Отец Браун помаргивал, разглядывая ковер. Затем, вдруг как-то встрепенувшись, он повернулся к Уилтону.
– Надеюсь, вы не обидитесь. У меня только что мелькнула одна мысль. Насчет вас.
– В самом деле? – отозвался Уилтон. – Что же это за мысль?
– Мне кажется, вы человек, одержимый одним стремлением, – сказал отец Браун. – Простите за откровенность, но, по-моему, вы больше хотите поймать Дэниела Рока, чем спасти Брандера Мертона.
Уилтон слегка вздрогнул, продолжая пристально глядеть на Брауна, потом его жесткий рот искривила странная улыбка.
– Как вы об этом… почему вы так решили? – спросил он.
– Вы сказали, что, едва услышав выстрел, тут же включите ток, который убьет беглеца, – произнес священник. – Вы, наверное, понимаете, что выстрел лишит жизни вашего хозяина прежде, чем ток лишит жизни его врага. Не думаю, что, если бы это зависело от вас, вы не стали бы защищать мистера Мертона, но впечатление такое, что для вас это вопрос второстепенный.
Предосторожностей хоть отбавляй, как вы сказали, и, кажется, все они изобретены вами. Но изобрели вы их, по-моему, прежде всего для того, чтобы поймать убийцу, а не спасти его жертву.
– Отец Браун, – негромко заговорил секретарь. – Вы умны и проницательны, но, главное, у вас какой-то дар – вы располагаете к откровенности. К тому же, вероятно, вы и сами об этом вскоре услышите. Тут у нас все шутят, что я маньяк, и поимка этого преступника – мой пунктик. Возможно, так оно и есть. Но вам я скажу то, чего никто из них не знает. Мое имя – Джон Уилтон Хордер.
Отец Браун кивнул, словно подтверждая, что уж теперь-то ему все стало ясно, но секретарь продолжал:
– Этот субъект, который называет себя Роком, убил моего отца и дядю и разорил мою мать. Когда Мертону понадобился секретарь, я поступил к нему на службу, рассудив, что там, где находится чаша, рано или поздно появится и преступник. Но я не знал, кто он, я лишь его подстерегал. Я служил Мертону верой и правдой.
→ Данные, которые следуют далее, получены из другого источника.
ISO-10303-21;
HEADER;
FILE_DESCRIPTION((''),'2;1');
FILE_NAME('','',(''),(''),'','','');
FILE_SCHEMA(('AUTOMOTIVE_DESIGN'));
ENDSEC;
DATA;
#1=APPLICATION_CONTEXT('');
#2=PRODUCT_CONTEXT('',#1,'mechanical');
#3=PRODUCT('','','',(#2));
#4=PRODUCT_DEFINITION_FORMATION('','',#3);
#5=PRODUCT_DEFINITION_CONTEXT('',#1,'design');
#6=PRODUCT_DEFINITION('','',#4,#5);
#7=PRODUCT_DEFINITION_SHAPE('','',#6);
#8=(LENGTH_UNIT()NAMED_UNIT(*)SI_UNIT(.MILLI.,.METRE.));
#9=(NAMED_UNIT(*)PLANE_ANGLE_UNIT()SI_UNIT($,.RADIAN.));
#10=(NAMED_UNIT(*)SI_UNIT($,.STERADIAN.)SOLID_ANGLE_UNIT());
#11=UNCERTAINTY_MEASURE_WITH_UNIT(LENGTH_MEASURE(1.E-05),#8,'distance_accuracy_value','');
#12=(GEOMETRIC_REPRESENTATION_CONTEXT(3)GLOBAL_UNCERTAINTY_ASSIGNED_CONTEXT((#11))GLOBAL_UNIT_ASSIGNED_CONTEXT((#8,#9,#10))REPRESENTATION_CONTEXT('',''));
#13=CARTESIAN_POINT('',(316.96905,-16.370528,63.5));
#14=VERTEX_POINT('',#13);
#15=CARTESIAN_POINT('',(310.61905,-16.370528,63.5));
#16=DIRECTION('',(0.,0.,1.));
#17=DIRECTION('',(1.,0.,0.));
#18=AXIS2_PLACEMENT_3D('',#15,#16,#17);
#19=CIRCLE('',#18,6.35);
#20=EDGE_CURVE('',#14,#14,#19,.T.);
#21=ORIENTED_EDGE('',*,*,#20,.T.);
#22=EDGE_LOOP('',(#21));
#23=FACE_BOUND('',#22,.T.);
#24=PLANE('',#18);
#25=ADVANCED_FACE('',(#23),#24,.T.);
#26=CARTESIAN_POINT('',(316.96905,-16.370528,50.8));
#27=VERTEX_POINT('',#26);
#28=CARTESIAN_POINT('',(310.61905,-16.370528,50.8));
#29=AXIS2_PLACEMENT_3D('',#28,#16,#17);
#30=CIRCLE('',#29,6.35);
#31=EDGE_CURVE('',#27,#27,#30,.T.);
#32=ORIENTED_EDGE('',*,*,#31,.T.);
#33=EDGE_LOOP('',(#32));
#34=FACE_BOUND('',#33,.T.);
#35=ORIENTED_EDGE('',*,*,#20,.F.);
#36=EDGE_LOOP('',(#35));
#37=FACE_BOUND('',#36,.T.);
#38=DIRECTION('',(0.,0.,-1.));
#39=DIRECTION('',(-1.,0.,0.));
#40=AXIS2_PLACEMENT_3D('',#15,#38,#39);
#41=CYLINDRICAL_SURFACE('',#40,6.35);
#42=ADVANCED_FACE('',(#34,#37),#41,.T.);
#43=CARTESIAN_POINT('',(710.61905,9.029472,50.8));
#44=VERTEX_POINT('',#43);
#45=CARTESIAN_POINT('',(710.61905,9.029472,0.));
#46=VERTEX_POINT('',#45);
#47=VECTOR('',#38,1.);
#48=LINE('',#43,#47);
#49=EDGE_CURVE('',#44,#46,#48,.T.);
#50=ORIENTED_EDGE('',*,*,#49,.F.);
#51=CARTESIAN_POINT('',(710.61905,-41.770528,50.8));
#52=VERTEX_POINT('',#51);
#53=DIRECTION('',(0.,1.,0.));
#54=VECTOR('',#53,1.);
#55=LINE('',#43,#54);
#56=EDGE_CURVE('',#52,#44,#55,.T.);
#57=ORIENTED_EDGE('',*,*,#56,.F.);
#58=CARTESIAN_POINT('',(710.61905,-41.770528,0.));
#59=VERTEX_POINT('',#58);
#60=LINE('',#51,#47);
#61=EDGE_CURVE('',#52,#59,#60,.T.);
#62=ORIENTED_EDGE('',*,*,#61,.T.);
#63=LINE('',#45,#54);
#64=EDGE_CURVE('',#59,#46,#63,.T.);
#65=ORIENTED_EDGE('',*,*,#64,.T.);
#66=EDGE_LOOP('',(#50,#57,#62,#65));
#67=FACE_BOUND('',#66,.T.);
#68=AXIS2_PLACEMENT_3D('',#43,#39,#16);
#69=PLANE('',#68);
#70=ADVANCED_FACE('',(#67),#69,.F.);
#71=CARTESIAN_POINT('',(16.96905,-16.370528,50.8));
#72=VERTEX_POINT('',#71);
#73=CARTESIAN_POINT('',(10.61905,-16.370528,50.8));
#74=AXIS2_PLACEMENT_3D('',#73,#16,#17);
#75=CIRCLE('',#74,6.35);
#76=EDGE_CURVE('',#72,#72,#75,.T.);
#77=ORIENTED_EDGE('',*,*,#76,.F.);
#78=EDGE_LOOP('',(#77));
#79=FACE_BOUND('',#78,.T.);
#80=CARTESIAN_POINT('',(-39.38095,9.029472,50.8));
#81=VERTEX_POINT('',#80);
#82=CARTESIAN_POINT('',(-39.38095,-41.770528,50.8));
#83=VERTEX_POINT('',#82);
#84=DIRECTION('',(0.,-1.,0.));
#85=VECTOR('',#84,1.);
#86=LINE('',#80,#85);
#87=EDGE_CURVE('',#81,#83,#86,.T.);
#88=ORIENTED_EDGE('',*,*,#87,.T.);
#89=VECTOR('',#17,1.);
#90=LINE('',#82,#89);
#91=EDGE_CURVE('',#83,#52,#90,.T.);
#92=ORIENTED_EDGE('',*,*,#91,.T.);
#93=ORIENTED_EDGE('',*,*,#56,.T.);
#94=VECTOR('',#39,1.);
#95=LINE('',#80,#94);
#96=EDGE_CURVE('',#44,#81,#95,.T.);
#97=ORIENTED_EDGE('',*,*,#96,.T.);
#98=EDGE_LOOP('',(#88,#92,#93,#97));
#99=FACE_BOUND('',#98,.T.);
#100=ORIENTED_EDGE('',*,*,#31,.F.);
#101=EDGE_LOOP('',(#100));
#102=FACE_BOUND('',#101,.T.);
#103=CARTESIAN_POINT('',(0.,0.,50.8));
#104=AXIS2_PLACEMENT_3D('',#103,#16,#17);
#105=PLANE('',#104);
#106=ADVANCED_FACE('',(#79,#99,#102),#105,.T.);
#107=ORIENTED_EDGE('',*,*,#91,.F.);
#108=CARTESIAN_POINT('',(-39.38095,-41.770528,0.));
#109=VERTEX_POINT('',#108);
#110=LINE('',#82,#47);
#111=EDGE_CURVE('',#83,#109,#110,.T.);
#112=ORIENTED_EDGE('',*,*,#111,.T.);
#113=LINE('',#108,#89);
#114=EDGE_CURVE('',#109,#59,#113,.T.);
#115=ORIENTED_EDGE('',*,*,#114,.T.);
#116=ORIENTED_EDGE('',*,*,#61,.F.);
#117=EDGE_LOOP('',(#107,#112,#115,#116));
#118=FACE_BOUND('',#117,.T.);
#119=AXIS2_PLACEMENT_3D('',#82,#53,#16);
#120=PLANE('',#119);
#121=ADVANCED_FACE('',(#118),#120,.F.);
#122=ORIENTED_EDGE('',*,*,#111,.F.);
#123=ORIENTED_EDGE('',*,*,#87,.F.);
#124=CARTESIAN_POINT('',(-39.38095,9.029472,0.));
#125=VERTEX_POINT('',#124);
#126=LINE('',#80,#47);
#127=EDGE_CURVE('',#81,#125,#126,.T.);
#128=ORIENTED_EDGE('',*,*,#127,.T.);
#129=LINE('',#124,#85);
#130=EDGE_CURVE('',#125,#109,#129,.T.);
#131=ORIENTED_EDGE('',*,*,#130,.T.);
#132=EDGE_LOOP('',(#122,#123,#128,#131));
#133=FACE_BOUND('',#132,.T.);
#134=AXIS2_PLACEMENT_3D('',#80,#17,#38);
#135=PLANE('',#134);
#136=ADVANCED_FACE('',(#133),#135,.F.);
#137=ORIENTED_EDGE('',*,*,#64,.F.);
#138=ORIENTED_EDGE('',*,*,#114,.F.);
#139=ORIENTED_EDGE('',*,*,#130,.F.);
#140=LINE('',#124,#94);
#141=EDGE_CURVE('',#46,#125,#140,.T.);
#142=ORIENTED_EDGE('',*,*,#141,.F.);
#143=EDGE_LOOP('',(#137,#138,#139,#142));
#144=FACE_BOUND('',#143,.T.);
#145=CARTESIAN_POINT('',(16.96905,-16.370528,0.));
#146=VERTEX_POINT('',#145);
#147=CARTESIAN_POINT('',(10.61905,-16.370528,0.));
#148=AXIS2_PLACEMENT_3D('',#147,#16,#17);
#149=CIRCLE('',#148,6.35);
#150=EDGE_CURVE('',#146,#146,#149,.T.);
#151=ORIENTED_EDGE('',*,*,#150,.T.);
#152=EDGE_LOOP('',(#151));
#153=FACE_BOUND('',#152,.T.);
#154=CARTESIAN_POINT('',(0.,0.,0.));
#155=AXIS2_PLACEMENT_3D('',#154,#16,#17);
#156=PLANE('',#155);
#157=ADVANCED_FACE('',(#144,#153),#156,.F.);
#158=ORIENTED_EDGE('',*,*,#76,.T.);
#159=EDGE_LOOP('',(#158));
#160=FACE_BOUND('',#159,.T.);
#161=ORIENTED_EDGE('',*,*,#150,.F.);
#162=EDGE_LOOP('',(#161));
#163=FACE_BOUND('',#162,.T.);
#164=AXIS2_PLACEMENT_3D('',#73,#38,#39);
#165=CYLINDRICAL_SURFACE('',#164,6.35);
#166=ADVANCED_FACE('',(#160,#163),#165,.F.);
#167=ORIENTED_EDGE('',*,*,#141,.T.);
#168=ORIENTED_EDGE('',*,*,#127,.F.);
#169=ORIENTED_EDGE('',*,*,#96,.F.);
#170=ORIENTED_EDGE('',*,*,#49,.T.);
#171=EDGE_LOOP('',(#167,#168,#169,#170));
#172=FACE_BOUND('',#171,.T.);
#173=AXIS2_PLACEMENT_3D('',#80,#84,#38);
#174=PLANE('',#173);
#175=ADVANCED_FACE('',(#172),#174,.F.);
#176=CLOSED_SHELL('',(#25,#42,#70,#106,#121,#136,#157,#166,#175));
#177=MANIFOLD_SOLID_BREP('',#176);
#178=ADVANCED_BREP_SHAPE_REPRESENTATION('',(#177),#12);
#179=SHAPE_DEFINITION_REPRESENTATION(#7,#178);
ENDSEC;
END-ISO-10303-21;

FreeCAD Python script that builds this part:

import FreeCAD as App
import Part
import Sketcher

V = App.Vector
Q = App.Units.Quantity

doc = App.newDocument("Part")
body = doc.addObject("PartDesign::Body", "Body")

sketch1 = body.newObject("Sketcher::SketchObject", "Sketch")
sketch1.AttachmentSupport = (doc.getObject("XY_Plane"), [""])
sketch1.MapMode = "FlatFace"
sketch1.addGeometry(Part.LineSegment(V(-39, 9, 0), V(-39, -42, 0)), False)
sketch1.addGeometry(Part.LineSegment(V(-39, -42, 0), V(711, -42, 0)), False)
sketch1.addGeometry(Part.LineSegment(V(711, -42, 0), V(711, 9, 0)), False)
sketch1.addGeometry(Part.LineSegment(V(711, 9, 0), V(-39, 9, 0)), False)
sketch1.addGeometry(Part.Circle(V(11, -16, 0), V(0, 0, 1), 6), False)
sketch1.addConstraint(Sketcher.Constraint("Coincident", 0, 2, 1, 1))
sketch1.addConstraint(Sketcher.Constraint("Coincident", 1, 2, 2, 1))
sketch1.addConstraint(Sketcher.Constraint("Coincident", 2, 2, 3, 1))
sketch1.addConstraint(Sketcher.Constraint("Coincident", 3, 2, 0, 1))
sketch1.addConstraint(Sketcher.Constraint("Vertical", 0))
sketch1.addConstraint(Sketcher.Constraint("Horizontal", 1))
sketch1.addConstraint(Sketcher.Constraint("Vertical", 2))
sketch1.addConstraint(Sketcher.Constraint("Horizontal", 3))
sketch1.addConstraint(Sketcher.Constraint("Diameter", 4, Q("0.5 in")))
sketch1.addConstraint(Sketcher.Constraint("DistanceY", 0, 2, 0, 1, Q("2 in")))
sketch1.addConstraint(Sketcher.Constraint("DistanceY", 0, 2, 4, 3, Q("1 in")))
sketch1.addConstraint(Sketcher.Constraint("DistanceX", 1, 1, 1, 2, Q("750 mm")))
sketch1.addConstraint(Sketcher.Constraint("DistanceX", 0, 2, 4, 3, Q("50 mm")))
sketch1.addConstraint(Sketcher.Constraint("DistanceX", -1, 1, 4, 3, Q("10.61905 mm")))
sketch1.addConstraint(Sketcher.Constraint("DistanceY", 4, 3, -1, 1, Q("16.370528 mm")))
pad1 = body.newObject("PartDesign::Pad", "Pad")
pad1.Profile = sketch1
pad1.Length = Q("2 in")

sketch2 = body.newObject("Sketcher::SketchObject", "Sketch001")
sketch2.AttachmentSupport = (doc.getObject("XY_Plane"), [""])
sketch2.MapMode = "FlatFace"
sketch2.AttachmentOffset = App.Placement(V(0, 0, 2 * 25.4), App.Rotation())
sketch2.addGeometry(Part.Circle(V(311, -16, 0), V(0, 0, 1), 6), False)
sketch2.addConstraint(Sketcher.Constraint("Diameter", 0, Q("0.5 in")))
sketch2.addConstraint(Sketcher.Constraint("DistanceX", -1, 1, 0, 3, Q("310.61905 mm")))
sketch2.addConstraint(Sketcher.Constraint("DistanceY", 0, 3, -1, 1, Q("16.370528 mm")))
pad2 = body.newObject("PartDesign::Pad", "Pad001")
pad2.Profile = sketch2
pad2.Length = Q("0.5 in")

doc.recompute()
– Понимаю, – мягко сказал отец Браун. – Кстати, не пора ли нам к нему войти?
– Да, конечно, – ответил Уилтон и снова чуть вздрогнул, как бы пробуждаясь от задумчивости; священник решил, что им на время снова завладела его мания. – Входите же, прощу вас.
Отец Браун не мешкая прошел во вторую комнату. Гость и хозяин не поздоровались друг с другом – в кабинете царила мертвая тишина, спустя мгновение священник снова появился на пороге.
В тот же момент встрепенулся сидевший у двери молчаливый телохранитель; впечатление было такое будто ожил шкаф или буфет. Казалось, самая поза священника выражала тревогу. Свет падал на его голову сзади, и лицо было в тени.
– Мне кажется вам следует нажать на вашу кнопку, – сказал он со вздохом.
Уилтон вскочил, очнувшись от своих мрачных размышлений.
– Но ведь выстрела же не было, – воскликнул он срывающимся голосом.
– Это, знаете ли, зависит от того, – ответил отец Браун, – что понимать под словом «выстрел»
Уилтон бросился к двери и вместе с Брауном вбежал во вторую комнату.
Она была сравнительно невелика и изящно, но просто обставлена. Прямо против двери находилось большое окно, из которого открывался вид на сад и поросшую редким лесом равнину. Окно было распахнуто, возле него стояли кресло и маленький столик. Должно быть, наслаждаясь краткими мгновениями одиночества, узник стремился насладиться заодно и воздухом и светом.